Monte: Mundane equipment is important and we’re trying some different things there. For example, at this point nobody starts with the ability to have plate armor.

It is funny, but just a few weeks ago on this blog I was lamenting about the price of plate armor in 4e. I like that there are mundane equipment items that can be hard to obtain, so it creates a separate path to aquisition of loot. make 2-hand swords cost 20 times as much as a long sword. Make long bows 100 gold, but short bows only 25 gold, and slings a copper. Make money and mundane items matter please. I want a knight to choose the beat up old battered full plate over a suit of elven chain+1 9 times out of 10

Bruce: One of the things we’re doing is moving things more to a silver standard instead of a gold standard. We also have mundane implements for some caster classes that are their equivalent of a fighters sword or their slightly better armor. This opens up space for some interesting magic items that help you in rituals. but if you have a magic item, maybe it’s a totem that has a little creature in it that is summoned to help you and do other cool things. A mundane wand might be 100sp, like the fighter’s scale mail.

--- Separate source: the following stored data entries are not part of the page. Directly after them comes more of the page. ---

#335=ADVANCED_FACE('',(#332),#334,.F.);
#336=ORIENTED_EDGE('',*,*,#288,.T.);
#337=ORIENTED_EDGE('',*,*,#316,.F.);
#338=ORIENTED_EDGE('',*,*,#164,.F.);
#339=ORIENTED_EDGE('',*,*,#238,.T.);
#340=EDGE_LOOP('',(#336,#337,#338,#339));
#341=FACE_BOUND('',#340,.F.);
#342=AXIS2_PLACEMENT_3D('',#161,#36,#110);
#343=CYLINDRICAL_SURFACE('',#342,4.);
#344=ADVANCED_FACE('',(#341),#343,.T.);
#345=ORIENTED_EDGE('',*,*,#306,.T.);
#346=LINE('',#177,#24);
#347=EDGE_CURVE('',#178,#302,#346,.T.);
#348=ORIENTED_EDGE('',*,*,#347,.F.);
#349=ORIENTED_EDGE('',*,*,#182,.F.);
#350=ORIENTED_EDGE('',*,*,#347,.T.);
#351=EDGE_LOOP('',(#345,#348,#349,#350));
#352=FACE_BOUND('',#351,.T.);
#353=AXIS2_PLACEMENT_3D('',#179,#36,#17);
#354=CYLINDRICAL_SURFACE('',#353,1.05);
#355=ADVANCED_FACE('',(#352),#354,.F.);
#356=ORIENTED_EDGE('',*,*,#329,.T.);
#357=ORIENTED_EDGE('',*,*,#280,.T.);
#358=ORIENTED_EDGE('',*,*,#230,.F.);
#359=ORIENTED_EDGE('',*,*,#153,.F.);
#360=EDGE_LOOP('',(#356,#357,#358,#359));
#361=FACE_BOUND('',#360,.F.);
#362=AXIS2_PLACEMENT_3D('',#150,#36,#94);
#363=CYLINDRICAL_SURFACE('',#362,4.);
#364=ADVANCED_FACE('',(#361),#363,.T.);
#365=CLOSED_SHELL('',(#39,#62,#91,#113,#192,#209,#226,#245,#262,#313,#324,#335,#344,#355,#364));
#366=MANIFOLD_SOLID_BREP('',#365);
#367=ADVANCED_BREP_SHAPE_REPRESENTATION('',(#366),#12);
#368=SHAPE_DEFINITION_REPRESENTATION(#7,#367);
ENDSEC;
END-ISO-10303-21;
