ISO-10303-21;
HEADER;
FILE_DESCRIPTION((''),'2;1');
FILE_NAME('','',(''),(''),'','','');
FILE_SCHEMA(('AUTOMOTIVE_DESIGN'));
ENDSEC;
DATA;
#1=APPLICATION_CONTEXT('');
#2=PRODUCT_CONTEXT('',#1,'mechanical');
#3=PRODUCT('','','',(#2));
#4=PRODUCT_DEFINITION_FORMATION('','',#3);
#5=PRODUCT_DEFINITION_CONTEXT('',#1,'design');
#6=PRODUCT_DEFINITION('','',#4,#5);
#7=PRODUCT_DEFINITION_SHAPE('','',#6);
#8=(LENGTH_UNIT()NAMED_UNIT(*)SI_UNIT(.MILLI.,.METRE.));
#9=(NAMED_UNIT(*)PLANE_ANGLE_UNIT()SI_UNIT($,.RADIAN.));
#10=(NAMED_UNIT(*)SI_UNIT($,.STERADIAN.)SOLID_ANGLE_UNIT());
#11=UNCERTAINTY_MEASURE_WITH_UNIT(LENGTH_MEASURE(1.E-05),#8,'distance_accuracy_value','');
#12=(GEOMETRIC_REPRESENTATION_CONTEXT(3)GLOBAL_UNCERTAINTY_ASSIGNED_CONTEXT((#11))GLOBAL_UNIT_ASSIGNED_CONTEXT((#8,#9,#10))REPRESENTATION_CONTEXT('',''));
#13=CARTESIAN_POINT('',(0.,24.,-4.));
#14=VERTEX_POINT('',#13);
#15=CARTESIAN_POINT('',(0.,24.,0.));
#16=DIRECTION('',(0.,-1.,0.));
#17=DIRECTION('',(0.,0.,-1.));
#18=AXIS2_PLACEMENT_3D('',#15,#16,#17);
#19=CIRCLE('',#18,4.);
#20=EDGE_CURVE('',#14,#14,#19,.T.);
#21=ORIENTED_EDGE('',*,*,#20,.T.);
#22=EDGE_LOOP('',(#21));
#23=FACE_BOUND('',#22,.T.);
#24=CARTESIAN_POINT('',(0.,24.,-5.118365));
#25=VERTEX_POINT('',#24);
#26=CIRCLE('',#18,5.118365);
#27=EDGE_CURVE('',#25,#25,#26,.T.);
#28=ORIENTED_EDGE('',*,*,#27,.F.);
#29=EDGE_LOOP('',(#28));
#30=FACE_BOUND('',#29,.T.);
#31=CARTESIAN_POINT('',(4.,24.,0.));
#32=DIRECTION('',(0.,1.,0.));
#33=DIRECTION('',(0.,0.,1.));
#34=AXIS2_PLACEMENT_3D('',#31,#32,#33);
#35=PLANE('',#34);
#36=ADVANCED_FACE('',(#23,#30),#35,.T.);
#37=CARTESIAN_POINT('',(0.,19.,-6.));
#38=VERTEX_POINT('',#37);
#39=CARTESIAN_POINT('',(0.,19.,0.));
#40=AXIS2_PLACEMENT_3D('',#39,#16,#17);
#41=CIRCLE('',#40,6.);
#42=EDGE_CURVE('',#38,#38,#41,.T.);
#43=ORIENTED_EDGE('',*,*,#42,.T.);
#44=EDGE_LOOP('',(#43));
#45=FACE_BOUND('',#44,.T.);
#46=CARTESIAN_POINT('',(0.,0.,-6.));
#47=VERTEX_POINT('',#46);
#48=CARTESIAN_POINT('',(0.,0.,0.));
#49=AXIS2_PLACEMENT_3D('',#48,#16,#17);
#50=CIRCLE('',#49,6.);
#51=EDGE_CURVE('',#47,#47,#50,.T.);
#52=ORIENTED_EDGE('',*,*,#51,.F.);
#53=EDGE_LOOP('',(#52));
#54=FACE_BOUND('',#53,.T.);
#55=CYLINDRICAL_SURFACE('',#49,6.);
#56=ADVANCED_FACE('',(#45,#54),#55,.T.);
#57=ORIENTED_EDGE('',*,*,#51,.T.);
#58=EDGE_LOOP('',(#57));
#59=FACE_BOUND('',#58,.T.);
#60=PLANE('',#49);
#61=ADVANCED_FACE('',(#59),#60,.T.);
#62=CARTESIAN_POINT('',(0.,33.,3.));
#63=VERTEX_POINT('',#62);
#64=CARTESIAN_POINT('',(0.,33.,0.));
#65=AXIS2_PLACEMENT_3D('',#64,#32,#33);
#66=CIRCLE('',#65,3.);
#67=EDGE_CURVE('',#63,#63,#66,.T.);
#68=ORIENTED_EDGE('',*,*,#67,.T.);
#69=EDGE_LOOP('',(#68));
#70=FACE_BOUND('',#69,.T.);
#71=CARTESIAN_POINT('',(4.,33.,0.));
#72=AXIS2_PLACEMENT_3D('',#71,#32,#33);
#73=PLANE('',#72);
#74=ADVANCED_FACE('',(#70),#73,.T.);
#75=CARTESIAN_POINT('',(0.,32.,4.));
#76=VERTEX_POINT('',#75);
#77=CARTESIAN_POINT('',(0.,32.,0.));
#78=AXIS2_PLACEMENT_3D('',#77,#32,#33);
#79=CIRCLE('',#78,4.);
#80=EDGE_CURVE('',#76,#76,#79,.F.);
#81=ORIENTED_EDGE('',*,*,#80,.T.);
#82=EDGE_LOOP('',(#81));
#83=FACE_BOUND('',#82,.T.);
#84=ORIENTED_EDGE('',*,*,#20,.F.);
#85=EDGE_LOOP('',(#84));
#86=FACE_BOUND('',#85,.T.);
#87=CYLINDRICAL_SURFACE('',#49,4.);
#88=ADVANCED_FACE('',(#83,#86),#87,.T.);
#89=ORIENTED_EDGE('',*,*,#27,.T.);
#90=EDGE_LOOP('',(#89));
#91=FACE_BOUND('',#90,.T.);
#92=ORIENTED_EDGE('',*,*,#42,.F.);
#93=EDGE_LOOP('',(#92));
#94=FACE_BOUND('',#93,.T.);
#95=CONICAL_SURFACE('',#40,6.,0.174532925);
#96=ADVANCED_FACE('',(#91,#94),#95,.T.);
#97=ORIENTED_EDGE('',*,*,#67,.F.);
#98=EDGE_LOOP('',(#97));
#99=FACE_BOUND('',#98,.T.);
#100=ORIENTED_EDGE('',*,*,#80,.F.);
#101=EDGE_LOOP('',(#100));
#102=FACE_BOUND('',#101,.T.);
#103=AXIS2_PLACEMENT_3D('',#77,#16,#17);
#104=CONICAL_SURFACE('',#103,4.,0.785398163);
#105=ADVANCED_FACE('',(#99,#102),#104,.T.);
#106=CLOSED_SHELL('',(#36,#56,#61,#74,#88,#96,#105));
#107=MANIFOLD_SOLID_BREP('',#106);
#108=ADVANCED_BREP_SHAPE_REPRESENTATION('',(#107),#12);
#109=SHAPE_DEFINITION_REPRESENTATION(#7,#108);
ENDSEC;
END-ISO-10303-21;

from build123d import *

# Parameters (mm, degrees)
CHANFREIN1_SIZE = 1


with BuildPart() as part:
    # Esquisse1 → Révolution1 (revolve)
    with BuildSketch(Plane.XY, mode=Mode.PRIVATE) as r_volution1_sk:
        Polygon((0, 0), (6, 0), (6, 19), (5.118365096, 24), (4, 24), (4, 33), (0, 33), align=None)
    revolve(r_volution1_sk.sketch.rotate(Axis((0, 0, 0), (0, 1, 0)), 90), axis=Axis((0, 0, 0), (0, 1, 0)))

    # Chanfrein1
    chanfrein1_edges = [part.edges().sort_by_distance(p)[0] for p in [
        (0, 33, 4),
    ]]
    chamfer(chanfrein1_edges, length=CHANFREIN1_SIZE)


solid = part.part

Changing to a silver standard is mind blowing. I am trying to process this, and the best way I can think of is online MMOs, which often have 100 to 1,000 silver equal a gold. I thought it was cool for a couple reasons. First, getting that first gold (or its equivalent in silver) really felt like an accomplishment. Second, it was cool to say “Im rich I have over 10 gold!” sounds way cooler than having 10 astral diamonds, or even 10 million gold, for that matter. Never mind it isnt a part of classic d&d,its a good idea. Gold should matter, as it glints in the players eyes as bright or brighter than the fictional characters they play.

The idea of implements acting as spellcasters weapons has been growing since 4e, and I can see its merit – just watch a Harry Potter movie and the importance of the wands. Now add to that the staff, rod, orb, holy symbol, tome, and various ki focus and totems, and you can see what it has grown into. I see no fundamental problem going this direction, and I like equipment, so I am for it, with a big but. There are iconinc magic items in the game from its conception that are these same objects, wands, staves, etc. so there needs to be a link between these mundane implements and their iconic magic ancestors.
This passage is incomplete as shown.